Animator Bruno Collet was inspired by the painting of William Utermohlen, who continued to paint for several years after he was diagnosed with Alzheimer's Disease.


Tropes:

  • Art Imitates Art: The night sky around Louis and Michelle's house suddenly changes from a plain design into something that strongly resembles Vincent Van Gogh's Starry Night. This symbolizes how Louis's deteriorating ability to perceive his world manifests as a sort of expressionism.
  • Black Comedy: A scene both mordantly funny and sad. Louis, in despair, picks up a gun that's lying on the counter in his bathroom. He puts it to his temple and pulls the trigger—and the "gun" turns out to be a hair dryer.
  • Call-Back: At the end. Louis's deterioration is first signaled when he makes a comment about Michelle's mother having bad taste, forgetting that she has been dead for 20 years. At the end when Louis is so far gone that he thinks it's 1965 and he is meeting Michelle for the first time, he says that it must be difficult living with her mother. Michelle, who is humoring him, says "She has bad taste."
  • "Just Joking" Justification: Michelle has caught Louis confusing his reflection in the mirror for another person. Louis, obviously humiliated, tries to pass it off a joke, saying "You should see your face! You believed me! What a fool!"
  • The Ken Burns Effect: An unconventional use of this trope to start the cartoon, as the camera pans over paintings in extreme close-up, making the brush strokes and paint deposits look like hills and valleys.
  • Mirror Monologue: Michelle hears an agitated conversation coming from the bathroom. She opens the door to find that Louis has mistaken his own reflection for another person, and is apologizing to the mirror.
  • Scatterbrained Senior: Played for tragedy. At first, Louis does things like try to eat a banana without peeling it. Later, he believes he's in 1965, and he's basically re-living his first meeting with Michelle.

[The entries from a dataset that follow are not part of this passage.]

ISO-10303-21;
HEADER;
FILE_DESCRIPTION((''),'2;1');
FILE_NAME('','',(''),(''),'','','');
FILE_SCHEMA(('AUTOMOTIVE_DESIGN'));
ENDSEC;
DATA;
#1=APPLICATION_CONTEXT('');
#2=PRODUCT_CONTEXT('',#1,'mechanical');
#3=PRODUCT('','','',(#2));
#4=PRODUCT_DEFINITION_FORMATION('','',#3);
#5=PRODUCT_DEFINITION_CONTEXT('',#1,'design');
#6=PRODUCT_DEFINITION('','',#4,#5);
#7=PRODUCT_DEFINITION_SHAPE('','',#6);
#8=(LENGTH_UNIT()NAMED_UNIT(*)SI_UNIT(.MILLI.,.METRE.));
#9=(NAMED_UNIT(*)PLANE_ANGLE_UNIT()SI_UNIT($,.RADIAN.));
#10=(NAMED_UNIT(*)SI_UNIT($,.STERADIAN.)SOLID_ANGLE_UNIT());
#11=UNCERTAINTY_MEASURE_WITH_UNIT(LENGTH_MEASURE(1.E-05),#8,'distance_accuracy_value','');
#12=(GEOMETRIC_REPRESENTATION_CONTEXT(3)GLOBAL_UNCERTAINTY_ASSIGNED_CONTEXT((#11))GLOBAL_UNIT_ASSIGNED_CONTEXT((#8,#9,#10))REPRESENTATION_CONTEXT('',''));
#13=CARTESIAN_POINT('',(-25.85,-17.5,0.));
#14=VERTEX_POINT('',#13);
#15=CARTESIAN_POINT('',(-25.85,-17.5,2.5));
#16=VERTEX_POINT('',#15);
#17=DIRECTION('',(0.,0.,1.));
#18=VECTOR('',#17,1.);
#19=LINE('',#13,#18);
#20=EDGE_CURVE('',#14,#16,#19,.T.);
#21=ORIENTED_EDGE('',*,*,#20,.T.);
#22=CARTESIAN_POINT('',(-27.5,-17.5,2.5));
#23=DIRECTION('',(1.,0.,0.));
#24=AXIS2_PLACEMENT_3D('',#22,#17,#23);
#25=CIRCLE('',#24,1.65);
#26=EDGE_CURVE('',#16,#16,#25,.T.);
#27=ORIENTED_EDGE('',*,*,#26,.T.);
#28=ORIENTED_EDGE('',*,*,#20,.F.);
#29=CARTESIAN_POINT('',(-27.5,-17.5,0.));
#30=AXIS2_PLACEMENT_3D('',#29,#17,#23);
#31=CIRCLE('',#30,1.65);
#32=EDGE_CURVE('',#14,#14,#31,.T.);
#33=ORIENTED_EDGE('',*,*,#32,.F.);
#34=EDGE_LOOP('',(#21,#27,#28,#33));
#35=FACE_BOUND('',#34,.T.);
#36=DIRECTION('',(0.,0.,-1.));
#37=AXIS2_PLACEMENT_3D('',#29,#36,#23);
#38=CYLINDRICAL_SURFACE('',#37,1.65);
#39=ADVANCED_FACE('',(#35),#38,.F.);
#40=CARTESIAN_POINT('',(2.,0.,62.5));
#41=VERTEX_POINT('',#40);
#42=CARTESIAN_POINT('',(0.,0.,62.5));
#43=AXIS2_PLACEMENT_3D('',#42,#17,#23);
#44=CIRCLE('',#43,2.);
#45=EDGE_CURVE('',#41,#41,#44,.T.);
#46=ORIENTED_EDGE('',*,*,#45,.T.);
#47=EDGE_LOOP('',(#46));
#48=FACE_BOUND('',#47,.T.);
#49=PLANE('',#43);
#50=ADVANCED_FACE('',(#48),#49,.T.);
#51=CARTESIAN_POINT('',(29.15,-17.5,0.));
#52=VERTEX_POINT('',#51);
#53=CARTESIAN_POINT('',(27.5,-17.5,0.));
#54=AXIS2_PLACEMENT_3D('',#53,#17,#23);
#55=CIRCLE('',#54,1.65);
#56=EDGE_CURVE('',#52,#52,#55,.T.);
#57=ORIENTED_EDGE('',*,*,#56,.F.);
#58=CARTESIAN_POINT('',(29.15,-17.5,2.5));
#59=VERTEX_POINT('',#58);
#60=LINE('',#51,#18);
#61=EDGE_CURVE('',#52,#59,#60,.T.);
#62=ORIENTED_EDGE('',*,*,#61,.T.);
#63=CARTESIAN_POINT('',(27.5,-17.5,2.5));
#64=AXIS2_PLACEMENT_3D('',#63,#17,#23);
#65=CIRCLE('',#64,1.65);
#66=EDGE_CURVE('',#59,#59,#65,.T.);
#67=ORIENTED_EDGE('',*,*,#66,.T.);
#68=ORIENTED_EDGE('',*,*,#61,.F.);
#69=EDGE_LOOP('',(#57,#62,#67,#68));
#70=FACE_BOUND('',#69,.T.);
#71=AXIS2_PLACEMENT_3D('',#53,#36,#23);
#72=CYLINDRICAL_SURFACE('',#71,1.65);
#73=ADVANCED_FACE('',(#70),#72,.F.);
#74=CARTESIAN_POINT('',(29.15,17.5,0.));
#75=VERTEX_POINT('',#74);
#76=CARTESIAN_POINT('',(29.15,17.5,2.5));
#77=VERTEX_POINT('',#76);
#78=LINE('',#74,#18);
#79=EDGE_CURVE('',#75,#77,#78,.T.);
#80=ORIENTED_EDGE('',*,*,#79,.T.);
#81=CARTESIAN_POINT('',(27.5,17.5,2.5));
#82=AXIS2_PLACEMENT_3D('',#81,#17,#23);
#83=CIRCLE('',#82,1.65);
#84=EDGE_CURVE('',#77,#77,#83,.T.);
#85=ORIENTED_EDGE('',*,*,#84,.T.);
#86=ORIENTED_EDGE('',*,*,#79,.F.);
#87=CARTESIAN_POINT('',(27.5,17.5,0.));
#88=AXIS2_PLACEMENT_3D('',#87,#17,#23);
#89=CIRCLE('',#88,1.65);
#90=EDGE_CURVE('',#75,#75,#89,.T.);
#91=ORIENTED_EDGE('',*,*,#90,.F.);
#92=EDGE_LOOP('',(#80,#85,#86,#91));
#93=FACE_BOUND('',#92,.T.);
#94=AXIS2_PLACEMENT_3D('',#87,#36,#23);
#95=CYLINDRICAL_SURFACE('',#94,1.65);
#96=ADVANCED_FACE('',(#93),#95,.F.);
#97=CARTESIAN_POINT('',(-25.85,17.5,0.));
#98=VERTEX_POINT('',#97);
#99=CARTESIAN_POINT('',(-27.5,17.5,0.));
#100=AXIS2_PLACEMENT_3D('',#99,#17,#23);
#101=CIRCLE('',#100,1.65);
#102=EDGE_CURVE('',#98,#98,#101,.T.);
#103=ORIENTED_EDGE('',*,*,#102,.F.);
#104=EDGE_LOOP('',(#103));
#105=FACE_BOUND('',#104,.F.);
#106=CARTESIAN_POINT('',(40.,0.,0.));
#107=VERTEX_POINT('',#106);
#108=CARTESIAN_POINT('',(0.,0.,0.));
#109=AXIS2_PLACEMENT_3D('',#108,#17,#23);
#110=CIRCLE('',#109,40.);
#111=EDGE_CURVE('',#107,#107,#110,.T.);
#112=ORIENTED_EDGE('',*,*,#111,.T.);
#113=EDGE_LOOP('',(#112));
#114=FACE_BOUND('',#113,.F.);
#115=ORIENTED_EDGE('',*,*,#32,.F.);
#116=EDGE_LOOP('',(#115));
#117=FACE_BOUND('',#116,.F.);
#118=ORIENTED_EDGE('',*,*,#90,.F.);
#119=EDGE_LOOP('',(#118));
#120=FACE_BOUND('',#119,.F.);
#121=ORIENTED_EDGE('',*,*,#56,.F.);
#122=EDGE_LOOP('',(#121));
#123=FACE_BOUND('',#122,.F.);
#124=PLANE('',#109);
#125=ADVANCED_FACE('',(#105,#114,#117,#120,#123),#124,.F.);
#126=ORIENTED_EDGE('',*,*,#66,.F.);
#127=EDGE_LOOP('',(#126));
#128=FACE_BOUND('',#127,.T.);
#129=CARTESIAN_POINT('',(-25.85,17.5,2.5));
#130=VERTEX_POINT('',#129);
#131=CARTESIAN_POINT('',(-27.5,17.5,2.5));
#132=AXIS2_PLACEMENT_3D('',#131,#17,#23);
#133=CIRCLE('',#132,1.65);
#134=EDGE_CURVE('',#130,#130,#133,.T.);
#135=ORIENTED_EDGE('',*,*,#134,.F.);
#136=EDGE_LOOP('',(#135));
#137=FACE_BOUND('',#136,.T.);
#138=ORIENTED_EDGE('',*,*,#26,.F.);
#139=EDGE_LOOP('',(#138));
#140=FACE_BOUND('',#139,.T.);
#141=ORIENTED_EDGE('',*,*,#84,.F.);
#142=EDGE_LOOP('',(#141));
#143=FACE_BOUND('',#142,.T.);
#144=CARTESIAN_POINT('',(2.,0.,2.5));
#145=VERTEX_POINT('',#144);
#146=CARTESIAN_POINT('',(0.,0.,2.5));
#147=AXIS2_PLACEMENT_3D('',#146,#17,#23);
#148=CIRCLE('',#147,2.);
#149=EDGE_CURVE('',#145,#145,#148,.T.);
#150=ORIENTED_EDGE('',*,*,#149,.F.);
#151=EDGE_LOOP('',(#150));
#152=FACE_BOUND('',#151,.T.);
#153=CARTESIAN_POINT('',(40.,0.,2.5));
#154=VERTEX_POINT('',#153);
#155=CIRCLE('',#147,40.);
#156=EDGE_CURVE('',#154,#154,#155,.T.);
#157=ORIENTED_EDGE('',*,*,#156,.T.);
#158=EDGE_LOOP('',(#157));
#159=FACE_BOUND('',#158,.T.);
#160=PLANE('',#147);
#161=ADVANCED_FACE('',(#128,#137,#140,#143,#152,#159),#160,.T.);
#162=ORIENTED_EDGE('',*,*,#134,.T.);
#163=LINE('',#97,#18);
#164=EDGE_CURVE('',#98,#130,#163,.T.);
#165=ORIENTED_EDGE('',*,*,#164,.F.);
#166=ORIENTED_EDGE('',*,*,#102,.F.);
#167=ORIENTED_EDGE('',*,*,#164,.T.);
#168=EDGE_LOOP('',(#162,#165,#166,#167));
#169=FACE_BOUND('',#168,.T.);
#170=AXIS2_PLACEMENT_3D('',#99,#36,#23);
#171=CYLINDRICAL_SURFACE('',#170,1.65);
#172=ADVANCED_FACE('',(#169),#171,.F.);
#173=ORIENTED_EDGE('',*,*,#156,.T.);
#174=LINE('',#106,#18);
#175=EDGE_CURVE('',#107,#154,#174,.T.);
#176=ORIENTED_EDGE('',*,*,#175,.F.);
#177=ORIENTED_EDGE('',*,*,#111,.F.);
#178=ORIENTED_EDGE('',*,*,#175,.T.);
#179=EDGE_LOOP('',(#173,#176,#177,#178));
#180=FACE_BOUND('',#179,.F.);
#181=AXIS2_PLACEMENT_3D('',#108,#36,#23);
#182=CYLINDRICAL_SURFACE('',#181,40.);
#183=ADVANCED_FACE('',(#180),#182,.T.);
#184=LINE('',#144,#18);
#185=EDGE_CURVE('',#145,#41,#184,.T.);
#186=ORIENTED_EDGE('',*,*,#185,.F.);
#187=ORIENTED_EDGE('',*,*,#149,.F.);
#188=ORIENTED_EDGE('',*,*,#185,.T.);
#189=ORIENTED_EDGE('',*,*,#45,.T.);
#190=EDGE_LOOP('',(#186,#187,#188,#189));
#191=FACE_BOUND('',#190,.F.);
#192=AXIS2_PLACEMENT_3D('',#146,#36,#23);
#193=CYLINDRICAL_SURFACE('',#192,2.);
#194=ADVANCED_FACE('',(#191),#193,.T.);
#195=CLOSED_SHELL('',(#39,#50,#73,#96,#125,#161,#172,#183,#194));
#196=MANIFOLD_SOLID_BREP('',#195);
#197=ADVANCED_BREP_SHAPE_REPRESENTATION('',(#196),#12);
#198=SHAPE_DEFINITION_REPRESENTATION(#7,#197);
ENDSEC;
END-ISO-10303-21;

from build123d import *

# Parameters (mm, degrees)
SKETCH_1_R      = 40
SKETCH_1_R_2    = 1.65
EXTRUDE_1_DEPTH = 2.5
SKETCH_2_R      = 2
EXTRUDE_2_DEPTH = 60


with BuildPart() as part:
    # 草图1 → 凸台-拉伸1 (new body)
    with BuildSketch(Plane.XY):
        Circle(SKETCH_1_R)
        with Locations((-27.5, 17.5)):
            Circle(SKETCH_1_R_2, mode=Mode.SUBTRACT)
        with Locations((27.5, 17.5)):
            Circle(SKETCH_1_R_2, mode=Mode.SUBTRACT)
        with Locations((27.5, -17.5)):
            Circle(SKETCH_1_R_2, mode=Mode.SUBTRACT)
        with Locations((-27.5, -17.5)):
            Circle(SKETCH_1_R_2, mode=Mode.SUBTRACT)
    extrude(amount=EXTRUDE_1_DEPTH)

    # 草图2 → 凸台-拉伸2 (add)
    with BuildSketch(Plane.XY.offset(2.5)):
        Circle(SKETCH_2_R)
    extrude(amount=EXTRUDE_2_DEPTH)


solid = part.part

  • Stop Motion: Stop-motion with papier-mâché.
  • Sure, Let's Go with That: Louis has put post-it notes all over his study, to remind himself of what objects in the room are for—the desk lamp has a little drawing of the sun on it. Michelle sees this and says "What's this, a new concept? How original!" Louis says "Let's go with that."
  • Through the Eyes of Madness: To Bruno, as his condition deteriorates, his world appears stranger and stranger. When he is unable to understand what a cell phone is, this is shown as the cell phone, to Bruno's eyes, looking like a bizarre melted object. When his family comes over for dinner, the faces of his children and grandchildren are distorted and bizarre, indicating that he doesn't recognize them. At the end, when he is totally unable to recognize Michelle, he perceives her as a mostly transparent person marked out by only a few daubs of paint.